In Eleventy, data is actually merged from multiple different sources before the template is rendered. The data is merged in what Eleventy calls the Data Cascade.

Sources of Data #

When the data is merged in the Eleventy Data Cascade, the order of priority for sources of data is (from highest priority to lowest):

  1. Computed Data
  2. Front Matter Data in a Template
  3. Front Matter Data in Layouts
  4. Template Data Files
  5. Directory Data Files (and ascending Parent Directories)
  6. Global Data Files

Example #

Filename my-template.md
---
title: This is a Good Blog Post
tags:
- CSS
- HTML
layout: my-layout.njk
---
Filename _includes/my-layout.njk
---
title: This is a Very Good Blog Post
author: Zach
tags:
- JavaScript
---

Note that when my-template.md and my-layout.njk share data with the same object key (title and tags), the “leaf template” my-template.md takes precedence.

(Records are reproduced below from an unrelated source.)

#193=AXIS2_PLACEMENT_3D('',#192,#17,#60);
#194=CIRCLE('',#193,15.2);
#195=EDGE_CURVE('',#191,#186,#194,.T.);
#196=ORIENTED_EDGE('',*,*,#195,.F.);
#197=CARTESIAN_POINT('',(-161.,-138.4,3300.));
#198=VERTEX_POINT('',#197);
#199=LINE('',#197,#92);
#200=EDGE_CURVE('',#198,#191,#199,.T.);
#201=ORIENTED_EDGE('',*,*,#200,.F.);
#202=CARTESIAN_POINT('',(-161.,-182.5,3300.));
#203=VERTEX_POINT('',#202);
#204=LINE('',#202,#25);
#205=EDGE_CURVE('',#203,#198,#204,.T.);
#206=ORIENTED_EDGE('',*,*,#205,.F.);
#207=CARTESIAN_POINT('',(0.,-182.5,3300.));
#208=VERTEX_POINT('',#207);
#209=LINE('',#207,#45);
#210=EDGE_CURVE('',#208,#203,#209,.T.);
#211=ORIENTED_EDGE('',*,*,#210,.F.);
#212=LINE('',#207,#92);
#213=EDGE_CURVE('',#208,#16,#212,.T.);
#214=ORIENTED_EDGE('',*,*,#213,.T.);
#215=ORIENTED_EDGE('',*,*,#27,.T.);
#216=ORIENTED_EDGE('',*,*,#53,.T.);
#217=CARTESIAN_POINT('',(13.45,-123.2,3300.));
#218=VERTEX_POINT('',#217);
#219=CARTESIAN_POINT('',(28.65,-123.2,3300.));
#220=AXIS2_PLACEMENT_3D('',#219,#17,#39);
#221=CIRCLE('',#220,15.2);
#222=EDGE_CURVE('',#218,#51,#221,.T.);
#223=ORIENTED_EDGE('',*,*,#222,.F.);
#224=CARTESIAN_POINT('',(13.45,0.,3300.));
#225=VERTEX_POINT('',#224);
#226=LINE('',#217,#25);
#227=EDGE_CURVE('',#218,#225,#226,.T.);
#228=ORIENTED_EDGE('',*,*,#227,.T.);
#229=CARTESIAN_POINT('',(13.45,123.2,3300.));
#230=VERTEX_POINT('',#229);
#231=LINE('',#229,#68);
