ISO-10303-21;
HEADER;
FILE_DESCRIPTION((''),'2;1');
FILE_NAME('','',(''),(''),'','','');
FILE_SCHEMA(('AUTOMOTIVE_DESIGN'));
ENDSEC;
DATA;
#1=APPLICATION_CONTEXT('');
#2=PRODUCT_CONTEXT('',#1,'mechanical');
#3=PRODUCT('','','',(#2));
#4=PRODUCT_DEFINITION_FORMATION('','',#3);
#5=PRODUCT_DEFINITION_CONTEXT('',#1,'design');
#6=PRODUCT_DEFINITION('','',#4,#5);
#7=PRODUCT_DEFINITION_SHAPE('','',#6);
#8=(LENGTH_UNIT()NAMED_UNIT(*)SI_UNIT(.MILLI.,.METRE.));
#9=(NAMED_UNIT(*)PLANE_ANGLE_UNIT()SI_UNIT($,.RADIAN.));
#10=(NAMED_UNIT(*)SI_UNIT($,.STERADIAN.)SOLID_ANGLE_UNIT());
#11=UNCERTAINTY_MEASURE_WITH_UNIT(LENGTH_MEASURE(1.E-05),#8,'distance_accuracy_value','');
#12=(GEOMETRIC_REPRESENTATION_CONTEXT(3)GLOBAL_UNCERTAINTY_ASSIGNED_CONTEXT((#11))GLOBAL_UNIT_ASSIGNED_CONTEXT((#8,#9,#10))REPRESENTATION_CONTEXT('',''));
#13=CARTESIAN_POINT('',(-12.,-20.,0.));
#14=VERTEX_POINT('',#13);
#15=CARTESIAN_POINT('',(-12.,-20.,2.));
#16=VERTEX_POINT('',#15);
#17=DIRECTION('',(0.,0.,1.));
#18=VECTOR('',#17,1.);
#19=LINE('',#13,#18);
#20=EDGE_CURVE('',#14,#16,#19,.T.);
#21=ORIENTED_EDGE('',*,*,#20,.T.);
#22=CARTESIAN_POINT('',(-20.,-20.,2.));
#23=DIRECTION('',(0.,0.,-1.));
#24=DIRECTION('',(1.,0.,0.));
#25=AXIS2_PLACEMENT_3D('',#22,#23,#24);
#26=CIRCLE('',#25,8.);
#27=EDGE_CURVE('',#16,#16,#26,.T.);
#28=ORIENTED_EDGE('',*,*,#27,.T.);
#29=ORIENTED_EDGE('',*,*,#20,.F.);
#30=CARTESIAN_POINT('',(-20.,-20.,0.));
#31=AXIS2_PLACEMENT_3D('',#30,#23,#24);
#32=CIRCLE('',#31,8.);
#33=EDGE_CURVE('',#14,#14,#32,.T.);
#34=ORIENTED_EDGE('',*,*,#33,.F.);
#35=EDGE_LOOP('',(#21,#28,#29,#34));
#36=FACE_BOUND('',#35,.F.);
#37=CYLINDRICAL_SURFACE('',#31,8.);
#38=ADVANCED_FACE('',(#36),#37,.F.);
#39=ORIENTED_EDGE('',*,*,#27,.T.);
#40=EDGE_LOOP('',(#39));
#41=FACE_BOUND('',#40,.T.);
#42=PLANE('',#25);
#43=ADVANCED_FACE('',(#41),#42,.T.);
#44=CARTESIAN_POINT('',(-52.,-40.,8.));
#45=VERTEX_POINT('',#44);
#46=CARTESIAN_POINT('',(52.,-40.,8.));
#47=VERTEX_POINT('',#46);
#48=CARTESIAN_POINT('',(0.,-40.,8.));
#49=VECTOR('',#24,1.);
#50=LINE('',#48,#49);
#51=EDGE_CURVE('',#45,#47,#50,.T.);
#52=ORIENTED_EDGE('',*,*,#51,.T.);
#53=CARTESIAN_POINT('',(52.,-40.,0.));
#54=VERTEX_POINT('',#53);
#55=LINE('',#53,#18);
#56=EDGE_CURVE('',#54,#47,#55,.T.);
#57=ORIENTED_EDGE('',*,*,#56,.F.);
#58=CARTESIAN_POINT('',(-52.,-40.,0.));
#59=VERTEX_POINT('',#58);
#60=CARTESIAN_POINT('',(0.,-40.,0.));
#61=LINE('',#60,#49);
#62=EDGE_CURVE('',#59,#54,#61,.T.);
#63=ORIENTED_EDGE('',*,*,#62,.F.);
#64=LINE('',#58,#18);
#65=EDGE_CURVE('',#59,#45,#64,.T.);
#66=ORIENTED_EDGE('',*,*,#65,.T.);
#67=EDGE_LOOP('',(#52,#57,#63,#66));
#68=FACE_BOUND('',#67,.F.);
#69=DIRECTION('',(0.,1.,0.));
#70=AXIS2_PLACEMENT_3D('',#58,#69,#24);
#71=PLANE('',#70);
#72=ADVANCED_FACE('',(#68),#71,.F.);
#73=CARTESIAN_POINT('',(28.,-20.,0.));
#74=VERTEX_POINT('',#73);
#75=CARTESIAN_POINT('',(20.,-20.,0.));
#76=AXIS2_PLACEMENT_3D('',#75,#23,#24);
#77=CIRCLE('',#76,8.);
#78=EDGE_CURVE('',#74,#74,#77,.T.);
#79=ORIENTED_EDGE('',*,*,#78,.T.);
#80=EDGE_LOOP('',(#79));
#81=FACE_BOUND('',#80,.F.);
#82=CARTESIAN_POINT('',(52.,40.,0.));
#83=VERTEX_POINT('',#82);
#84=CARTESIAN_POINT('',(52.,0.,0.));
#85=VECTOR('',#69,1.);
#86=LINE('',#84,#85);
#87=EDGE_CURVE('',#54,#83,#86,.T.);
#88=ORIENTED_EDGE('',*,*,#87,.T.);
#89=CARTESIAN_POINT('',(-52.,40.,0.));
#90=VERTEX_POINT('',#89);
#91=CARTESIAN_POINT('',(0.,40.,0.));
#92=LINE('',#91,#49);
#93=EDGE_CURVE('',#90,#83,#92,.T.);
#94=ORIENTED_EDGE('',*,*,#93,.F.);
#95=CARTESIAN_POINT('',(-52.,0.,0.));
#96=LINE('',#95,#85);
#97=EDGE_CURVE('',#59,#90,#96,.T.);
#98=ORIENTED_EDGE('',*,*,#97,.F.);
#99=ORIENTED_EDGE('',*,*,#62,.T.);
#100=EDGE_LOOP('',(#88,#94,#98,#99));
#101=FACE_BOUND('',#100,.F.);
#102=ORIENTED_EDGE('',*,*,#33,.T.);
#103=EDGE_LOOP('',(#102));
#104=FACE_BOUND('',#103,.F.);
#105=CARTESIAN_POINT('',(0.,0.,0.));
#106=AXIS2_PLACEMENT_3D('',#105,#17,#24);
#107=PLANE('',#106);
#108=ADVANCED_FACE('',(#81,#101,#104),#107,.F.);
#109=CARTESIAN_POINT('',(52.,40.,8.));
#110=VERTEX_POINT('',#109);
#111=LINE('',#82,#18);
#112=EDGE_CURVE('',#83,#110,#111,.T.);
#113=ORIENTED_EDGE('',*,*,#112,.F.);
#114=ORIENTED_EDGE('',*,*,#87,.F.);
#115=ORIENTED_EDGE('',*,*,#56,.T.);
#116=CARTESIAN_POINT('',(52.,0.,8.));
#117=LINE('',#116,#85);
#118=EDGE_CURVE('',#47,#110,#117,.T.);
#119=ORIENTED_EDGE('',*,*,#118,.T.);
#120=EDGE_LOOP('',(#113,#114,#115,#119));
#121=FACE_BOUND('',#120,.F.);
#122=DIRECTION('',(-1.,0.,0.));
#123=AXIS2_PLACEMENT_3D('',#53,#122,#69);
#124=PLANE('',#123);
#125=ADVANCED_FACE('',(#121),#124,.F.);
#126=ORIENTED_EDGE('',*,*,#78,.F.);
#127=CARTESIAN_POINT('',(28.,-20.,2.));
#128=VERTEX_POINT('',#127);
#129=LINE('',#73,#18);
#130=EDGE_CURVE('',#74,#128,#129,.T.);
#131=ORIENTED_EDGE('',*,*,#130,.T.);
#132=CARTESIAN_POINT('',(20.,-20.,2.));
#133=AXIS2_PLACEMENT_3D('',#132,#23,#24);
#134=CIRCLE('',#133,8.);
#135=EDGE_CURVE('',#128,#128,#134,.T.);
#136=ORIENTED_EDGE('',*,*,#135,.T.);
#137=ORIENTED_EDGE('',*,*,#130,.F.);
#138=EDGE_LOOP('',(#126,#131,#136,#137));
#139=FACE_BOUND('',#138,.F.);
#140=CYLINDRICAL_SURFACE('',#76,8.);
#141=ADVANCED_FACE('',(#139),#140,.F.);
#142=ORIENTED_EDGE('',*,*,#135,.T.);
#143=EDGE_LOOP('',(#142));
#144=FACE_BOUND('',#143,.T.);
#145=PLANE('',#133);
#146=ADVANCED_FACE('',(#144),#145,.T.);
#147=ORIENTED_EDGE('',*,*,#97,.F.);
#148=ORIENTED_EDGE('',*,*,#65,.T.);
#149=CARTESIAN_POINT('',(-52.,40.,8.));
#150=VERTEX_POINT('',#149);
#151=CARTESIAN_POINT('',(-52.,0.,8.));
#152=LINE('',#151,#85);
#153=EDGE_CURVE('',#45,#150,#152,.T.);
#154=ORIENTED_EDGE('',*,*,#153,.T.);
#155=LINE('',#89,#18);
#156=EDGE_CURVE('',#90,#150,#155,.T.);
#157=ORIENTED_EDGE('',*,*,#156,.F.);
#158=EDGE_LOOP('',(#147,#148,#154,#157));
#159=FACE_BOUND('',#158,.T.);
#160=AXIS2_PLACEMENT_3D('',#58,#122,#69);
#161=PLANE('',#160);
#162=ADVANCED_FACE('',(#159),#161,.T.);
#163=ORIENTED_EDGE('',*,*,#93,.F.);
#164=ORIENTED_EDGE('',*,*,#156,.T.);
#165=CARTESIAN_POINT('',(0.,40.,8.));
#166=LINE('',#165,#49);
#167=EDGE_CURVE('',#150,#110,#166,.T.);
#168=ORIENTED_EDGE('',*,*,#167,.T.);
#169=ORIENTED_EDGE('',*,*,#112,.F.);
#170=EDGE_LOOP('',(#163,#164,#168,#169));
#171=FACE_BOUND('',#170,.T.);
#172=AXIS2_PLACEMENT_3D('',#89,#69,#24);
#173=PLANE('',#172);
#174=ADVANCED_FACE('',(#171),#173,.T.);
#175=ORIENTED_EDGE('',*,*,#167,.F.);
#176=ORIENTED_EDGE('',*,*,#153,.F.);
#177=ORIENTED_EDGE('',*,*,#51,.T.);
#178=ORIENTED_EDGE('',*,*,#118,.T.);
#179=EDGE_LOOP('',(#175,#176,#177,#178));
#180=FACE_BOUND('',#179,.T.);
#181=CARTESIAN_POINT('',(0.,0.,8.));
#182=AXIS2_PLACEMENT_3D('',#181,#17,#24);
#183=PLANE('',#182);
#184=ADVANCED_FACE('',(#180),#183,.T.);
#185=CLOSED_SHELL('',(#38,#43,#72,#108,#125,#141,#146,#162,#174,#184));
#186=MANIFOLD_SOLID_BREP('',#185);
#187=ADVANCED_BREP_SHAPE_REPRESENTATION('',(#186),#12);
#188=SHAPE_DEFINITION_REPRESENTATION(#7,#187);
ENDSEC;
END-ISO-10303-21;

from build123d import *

# Parameters (mm, degrees)
F0_W     = 104
F0_H     = 80
F1_DEPTH = 8
F2_R     = 8
F3_DEPTH = 2


with BuildPart() as f1:
    # F0 (on Top) → F1 (new body)
    with BuildSketch(Plane.XY):
        Rectangle(F0_W, F0_H)
    extrude(amount=F1_DEPTH)

    # F2 (on face) → F3 (cut)
    with BuildSketch(Plane(origin=(0, 0, 0), x_dir=(1, 0, 0), z_dir=(0, 0, -1))):
        with Locations((20, 20)):
            Circle(F2_R)
        with Locations((-20, 20)):
            Circle(F2_R)
    extrude(amount=-F3_DEPTH, mode=Mode.SUBTRACT)


solid = f1.part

The data cascade results in the following data when my-template.md is rendered:

Syntax JavaScript
{
"title": "This is a Good Blog Post",
"author": "Zach",
"tags": [
"CSS",
"HTML"
],
"layout": "my-layout.njk"
}

By default, Eleventy does a simple top level merge (Object.assign) from the different data sources. It doesn’t dive any deeper to merge Object literals or Arrays in the data. If you’d like Eleventy to perform deeper data merging, you need to enable the Data Deep Merge option.